Reputation: 1325
I have a data frame, one column of which contains more data frames. One of those data frames is missing a column. I would like to remove that column from the other two data frames, if it exists.
Here's an example:
library(tidyverse)
mtcars %>%
group_by(cyl) %>%
nest -> tmp
tmp[3,'data'][[1]][[1]] <- dplyr::select(tmp[3,'data'][[1]][[1]], -mpg)
print(tmp)
# A tibble: 3 x 2 cyl data <dbl> <list> 1 6. <tibble [7 × 10]> 2 4. <tibble [11 × 10]> 3 8. <tibble [14 × 9]>
So here, the data
column contains three tibbles, the last of which doesn't contain the column mpg
. I can map dplyr::select over the data column, and catch errors by returning NA
as follows:
tmp %>% mutate(data2 = map(data, possibly(~dplyr::select(.,-mpg), otherwise = NA)))
# A tibble: 3 x 3 cyl data data2 <dbl> <list> <list> 1 6. <tibble [7 × 10]> <tibble [7 × 9]> 2 4. <tibble [11 × 10]> <tibble [11 × 9]> 3 8. <tibble [14 × 9]> <lgl [1]>
But what I'd really rather do is return the input data. Something like:
tmp %>% mutate(data2 = map(data, possibly(~dplyr::select(.,-mpg), otherwise = function(x){x})))

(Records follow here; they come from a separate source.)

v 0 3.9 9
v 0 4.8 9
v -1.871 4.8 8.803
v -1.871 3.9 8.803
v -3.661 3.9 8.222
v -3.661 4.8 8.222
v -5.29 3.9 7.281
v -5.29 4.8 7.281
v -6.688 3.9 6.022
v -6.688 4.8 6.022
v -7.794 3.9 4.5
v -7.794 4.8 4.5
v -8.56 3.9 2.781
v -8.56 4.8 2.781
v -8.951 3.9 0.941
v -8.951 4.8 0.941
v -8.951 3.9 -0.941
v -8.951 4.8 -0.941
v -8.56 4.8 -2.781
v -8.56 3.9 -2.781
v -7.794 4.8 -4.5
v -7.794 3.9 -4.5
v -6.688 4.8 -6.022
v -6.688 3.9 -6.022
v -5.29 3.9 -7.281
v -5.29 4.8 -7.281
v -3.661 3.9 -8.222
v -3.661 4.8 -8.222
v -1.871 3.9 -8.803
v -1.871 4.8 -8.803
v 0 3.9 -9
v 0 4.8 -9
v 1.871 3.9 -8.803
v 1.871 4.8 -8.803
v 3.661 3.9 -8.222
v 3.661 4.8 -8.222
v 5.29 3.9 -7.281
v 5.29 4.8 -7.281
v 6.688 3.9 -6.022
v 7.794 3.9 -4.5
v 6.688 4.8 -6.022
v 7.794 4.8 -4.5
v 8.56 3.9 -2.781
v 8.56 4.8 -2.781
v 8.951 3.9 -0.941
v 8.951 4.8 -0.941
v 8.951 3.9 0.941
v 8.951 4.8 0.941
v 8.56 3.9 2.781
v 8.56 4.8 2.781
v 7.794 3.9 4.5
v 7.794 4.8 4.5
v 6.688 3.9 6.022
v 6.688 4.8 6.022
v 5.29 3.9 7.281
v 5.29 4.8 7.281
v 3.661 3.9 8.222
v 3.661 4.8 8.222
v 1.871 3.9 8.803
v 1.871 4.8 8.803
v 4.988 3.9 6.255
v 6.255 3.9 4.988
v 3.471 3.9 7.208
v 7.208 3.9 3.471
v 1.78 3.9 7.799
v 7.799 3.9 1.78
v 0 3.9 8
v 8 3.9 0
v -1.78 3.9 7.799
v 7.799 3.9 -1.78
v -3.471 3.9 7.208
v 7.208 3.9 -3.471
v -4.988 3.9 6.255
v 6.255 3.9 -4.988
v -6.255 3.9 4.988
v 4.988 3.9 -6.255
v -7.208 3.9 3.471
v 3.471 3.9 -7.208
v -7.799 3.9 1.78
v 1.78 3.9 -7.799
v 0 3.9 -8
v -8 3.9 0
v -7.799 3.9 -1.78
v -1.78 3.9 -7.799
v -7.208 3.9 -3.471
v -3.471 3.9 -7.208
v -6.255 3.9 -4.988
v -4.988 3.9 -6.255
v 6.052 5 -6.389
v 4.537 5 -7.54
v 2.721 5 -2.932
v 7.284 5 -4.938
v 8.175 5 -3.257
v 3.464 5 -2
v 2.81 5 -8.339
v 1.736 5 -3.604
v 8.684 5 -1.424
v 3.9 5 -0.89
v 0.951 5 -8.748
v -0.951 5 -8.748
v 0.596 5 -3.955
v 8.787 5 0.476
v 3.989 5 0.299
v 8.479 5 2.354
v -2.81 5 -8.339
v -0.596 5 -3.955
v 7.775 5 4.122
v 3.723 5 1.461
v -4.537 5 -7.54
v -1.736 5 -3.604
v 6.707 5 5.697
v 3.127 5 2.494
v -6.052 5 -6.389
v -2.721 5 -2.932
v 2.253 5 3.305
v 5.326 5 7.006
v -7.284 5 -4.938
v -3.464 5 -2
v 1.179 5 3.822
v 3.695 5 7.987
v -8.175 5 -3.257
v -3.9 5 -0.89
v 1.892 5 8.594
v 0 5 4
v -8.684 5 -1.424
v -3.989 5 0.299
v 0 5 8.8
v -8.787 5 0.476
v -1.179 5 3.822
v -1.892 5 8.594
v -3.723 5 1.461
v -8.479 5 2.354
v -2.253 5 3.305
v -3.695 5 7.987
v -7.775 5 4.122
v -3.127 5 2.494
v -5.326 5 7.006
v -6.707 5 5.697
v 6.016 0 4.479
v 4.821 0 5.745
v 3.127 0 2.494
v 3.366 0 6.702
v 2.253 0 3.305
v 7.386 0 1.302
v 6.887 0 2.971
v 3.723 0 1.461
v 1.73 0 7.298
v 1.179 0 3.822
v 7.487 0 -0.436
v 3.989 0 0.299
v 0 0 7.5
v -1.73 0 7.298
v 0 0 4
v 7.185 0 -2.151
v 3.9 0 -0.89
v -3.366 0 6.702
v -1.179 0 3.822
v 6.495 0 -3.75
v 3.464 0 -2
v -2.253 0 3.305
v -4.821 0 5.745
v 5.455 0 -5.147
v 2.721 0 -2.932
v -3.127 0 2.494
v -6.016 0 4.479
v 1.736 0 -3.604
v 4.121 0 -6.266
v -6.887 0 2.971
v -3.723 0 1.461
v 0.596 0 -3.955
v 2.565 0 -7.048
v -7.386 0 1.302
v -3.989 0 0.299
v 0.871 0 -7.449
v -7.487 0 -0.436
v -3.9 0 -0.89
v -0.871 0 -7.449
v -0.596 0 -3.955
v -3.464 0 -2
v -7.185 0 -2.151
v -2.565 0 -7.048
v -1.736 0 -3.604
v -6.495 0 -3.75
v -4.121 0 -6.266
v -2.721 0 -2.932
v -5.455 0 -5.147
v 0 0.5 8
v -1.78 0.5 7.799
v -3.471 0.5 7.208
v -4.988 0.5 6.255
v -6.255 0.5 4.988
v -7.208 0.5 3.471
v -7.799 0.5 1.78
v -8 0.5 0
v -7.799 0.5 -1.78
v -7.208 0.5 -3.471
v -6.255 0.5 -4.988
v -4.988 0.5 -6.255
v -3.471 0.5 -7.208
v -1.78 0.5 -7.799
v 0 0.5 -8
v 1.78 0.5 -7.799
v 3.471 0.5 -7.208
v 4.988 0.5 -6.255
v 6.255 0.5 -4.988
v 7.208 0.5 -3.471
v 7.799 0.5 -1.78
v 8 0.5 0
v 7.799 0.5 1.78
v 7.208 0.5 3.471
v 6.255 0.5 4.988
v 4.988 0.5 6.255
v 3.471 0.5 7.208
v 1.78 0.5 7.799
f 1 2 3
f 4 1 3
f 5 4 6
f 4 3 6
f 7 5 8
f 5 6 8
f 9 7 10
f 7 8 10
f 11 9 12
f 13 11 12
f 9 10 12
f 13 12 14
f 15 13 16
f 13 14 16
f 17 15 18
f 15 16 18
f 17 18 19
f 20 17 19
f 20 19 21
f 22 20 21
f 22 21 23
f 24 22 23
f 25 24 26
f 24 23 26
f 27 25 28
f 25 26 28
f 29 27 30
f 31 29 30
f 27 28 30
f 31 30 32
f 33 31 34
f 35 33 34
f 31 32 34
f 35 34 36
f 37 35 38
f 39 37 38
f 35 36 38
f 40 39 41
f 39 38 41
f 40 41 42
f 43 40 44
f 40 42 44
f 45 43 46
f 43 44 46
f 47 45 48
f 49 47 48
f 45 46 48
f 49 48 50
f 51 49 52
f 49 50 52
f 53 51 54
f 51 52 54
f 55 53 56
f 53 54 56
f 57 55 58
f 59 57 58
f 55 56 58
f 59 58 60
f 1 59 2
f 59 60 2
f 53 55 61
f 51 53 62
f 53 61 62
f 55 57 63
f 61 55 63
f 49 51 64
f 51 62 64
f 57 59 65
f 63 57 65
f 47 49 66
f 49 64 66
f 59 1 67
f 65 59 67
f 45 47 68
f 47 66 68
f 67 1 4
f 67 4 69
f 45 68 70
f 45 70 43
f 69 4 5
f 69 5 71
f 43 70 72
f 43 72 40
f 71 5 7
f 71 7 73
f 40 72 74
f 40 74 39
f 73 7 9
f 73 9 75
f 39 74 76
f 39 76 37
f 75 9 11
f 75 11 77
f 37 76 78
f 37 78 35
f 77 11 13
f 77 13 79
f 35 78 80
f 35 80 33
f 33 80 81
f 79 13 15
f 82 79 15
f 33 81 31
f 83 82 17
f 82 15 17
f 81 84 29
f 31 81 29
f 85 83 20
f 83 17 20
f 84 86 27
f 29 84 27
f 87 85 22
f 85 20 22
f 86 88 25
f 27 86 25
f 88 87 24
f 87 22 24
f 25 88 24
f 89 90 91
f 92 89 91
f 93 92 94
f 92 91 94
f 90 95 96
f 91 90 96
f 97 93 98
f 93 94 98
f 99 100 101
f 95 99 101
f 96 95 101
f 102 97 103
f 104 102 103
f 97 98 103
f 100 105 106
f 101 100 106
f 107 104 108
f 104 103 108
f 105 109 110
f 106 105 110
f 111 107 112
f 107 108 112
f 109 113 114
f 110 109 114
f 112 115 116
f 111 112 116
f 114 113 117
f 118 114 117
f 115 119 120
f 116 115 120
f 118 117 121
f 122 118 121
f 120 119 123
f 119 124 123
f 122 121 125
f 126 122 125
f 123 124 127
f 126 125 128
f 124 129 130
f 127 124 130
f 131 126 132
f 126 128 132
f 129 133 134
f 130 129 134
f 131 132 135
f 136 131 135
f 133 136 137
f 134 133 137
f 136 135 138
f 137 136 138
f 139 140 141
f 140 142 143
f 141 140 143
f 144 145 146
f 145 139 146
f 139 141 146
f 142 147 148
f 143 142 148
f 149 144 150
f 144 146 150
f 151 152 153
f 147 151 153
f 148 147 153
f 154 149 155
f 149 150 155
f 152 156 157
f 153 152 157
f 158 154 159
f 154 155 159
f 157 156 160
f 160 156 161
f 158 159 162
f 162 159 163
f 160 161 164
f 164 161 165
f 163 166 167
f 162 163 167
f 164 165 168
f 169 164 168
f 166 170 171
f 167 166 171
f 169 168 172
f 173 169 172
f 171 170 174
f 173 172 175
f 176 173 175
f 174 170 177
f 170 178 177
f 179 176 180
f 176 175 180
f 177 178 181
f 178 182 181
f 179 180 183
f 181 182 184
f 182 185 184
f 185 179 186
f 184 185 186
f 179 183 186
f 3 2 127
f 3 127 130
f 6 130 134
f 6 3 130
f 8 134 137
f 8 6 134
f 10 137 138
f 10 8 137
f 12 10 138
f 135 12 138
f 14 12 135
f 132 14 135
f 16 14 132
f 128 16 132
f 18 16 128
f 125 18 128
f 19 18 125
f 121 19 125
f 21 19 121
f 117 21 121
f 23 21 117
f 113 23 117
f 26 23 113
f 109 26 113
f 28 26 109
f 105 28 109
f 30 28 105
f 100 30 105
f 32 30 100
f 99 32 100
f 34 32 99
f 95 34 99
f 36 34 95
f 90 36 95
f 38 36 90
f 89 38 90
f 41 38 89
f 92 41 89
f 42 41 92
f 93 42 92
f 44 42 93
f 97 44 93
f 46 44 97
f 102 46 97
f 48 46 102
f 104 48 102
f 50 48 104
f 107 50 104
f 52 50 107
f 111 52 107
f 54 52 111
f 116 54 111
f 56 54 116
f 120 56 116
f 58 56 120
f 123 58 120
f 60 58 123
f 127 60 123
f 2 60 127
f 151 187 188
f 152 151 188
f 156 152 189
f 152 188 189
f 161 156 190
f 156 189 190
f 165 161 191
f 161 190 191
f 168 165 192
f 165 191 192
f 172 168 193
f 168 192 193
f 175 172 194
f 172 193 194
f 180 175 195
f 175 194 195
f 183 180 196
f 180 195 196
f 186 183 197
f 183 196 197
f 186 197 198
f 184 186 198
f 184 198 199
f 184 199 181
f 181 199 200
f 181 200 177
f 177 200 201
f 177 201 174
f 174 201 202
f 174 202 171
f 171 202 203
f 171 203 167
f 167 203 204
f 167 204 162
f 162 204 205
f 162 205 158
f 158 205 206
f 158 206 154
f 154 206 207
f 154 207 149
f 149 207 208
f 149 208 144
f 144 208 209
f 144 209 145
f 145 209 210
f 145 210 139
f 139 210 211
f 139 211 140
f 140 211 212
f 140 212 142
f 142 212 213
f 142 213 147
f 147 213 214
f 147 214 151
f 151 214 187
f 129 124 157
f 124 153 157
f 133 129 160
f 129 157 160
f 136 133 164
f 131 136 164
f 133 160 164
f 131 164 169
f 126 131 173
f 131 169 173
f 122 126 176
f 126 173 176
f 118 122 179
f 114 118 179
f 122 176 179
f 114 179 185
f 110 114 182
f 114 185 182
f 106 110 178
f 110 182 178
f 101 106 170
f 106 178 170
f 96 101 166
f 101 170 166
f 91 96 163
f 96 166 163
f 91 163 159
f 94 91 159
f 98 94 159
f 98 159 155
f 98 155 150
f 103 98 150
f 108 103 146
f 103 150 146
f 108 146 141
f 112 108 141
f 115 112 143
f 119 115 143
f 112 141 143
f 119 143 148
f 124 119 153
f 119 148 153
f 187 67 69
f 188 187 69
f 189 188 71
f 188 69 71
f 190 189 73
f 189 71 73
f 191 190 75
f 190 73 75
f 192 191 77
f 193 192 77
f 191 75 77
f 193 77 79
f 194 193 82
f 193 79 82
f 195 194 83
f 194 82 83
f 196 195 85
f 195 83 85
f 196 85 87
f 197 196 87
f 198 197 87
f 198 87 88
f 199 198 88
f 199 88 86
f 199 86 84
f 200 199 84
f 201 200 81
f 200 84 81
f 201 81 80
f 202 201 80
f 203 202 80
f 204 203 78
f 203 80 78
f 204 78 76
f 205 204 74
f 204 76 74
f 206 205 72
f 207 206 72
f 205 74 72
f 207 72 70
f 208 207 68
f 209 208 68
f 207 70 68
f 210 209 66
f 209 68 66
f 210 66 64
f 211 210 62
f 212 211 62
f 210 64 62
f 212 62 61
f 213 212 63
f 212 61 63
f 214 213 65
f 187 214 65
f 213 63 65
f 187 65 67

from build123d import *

# Parameters (mm, degrees)
CHAMFER_1_SIZE = 0.5
CHAMFER_2_SIZE = 0.2


with BuildPart() as part:
    # 草图1 → 旋转1 (revolve)
    with BuildSketch(Plane.XY, mode=Mode.PRIVATE) as revolve_1_sk:
        Polygon((-4, 0), (-8, 0), (-8, 3.9), (-9, 3.9), (-9, 5), (-4, 5), align=None)
    revolve(revolve_1_sk.sketch.rotate(Axis((0, 10.75638676, 0), (0, -1, 0)), 270), axis=Axis((0, 10.75638676, 0), (0, -1, 0)))

    # 倒角1
    chamfer_1_edges = [part.edges().sort_by_distance(p)[0] for p in [
        (0, 0, -8),
    ]]
    chamfer(chamfer_1_edges, length=CHAMFER_1_SIZE)

    # 倒角2
    chamfer_2_edges = [part.edges().sort_by_distance(p)[0] for p in [
        (0, 5, -9),
    ]]
    chamfer(chamfer_2_edges, length=CHAMFER_2_SIZE)


solid = part.part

# A tibble: 3 x 3 cyl data data2 <dbl> <list> <list> 1 6. <tibble [7 × 10]> <tibble [7 × 9]> 2 4. <tibble [11 × 10]> <tibble [11 × 9]> 3 8. <tibble [14 × 9]> <fn>
But of course this just returns function(x){x}
as the last row of data2
.
Any clever ideas? Or is this the kind of situation where I just need to use tryCatch
or otherwise handle errors more explicitly?
Upvotes: 3
Views: 327
Reputation: 215047
The otherwise
argument in possibly
is a constant, so it can't change with the input of the wrapped function; What you might do is wrap possibly
in another function that can access element from data
, set the element as otherwise
:
my_select <- function(x) {
f = possibly(function() select(x, -mpg), otherwise = x)
f()
}
tmp %>% mutate(data2 = map(data, my_select))
# A tibble: 3 x 3
# cyl data data2
# <dbl> <list> <list>
#1 6.00 <tibble [7 x 10]> <tibble [7 x 9]>
#2 4.00 <tibble [11 x 10]> <tibble [11 x 9]>
#3 8.00 <tibble [14 x 9]> <tibble [14 x 9]>
Or take the formula form:
tmp %>%
mutate(data2 = map(data, ~ (invoke(possibly(function() select(.,-mpg), otherwise = .)))))
# A tibble: 3 x 3
# cyl data data2
# <dbl> <list> <list>
#1 6 <tibble [7 × 10]> <tibble [7 × 9]>
#2 4 <tibble [11 × 10]> <tibble [11 × 9]>
#3 8 <tibble [14 × 9]> <tibble [14 × 9]>
Upvotes: 5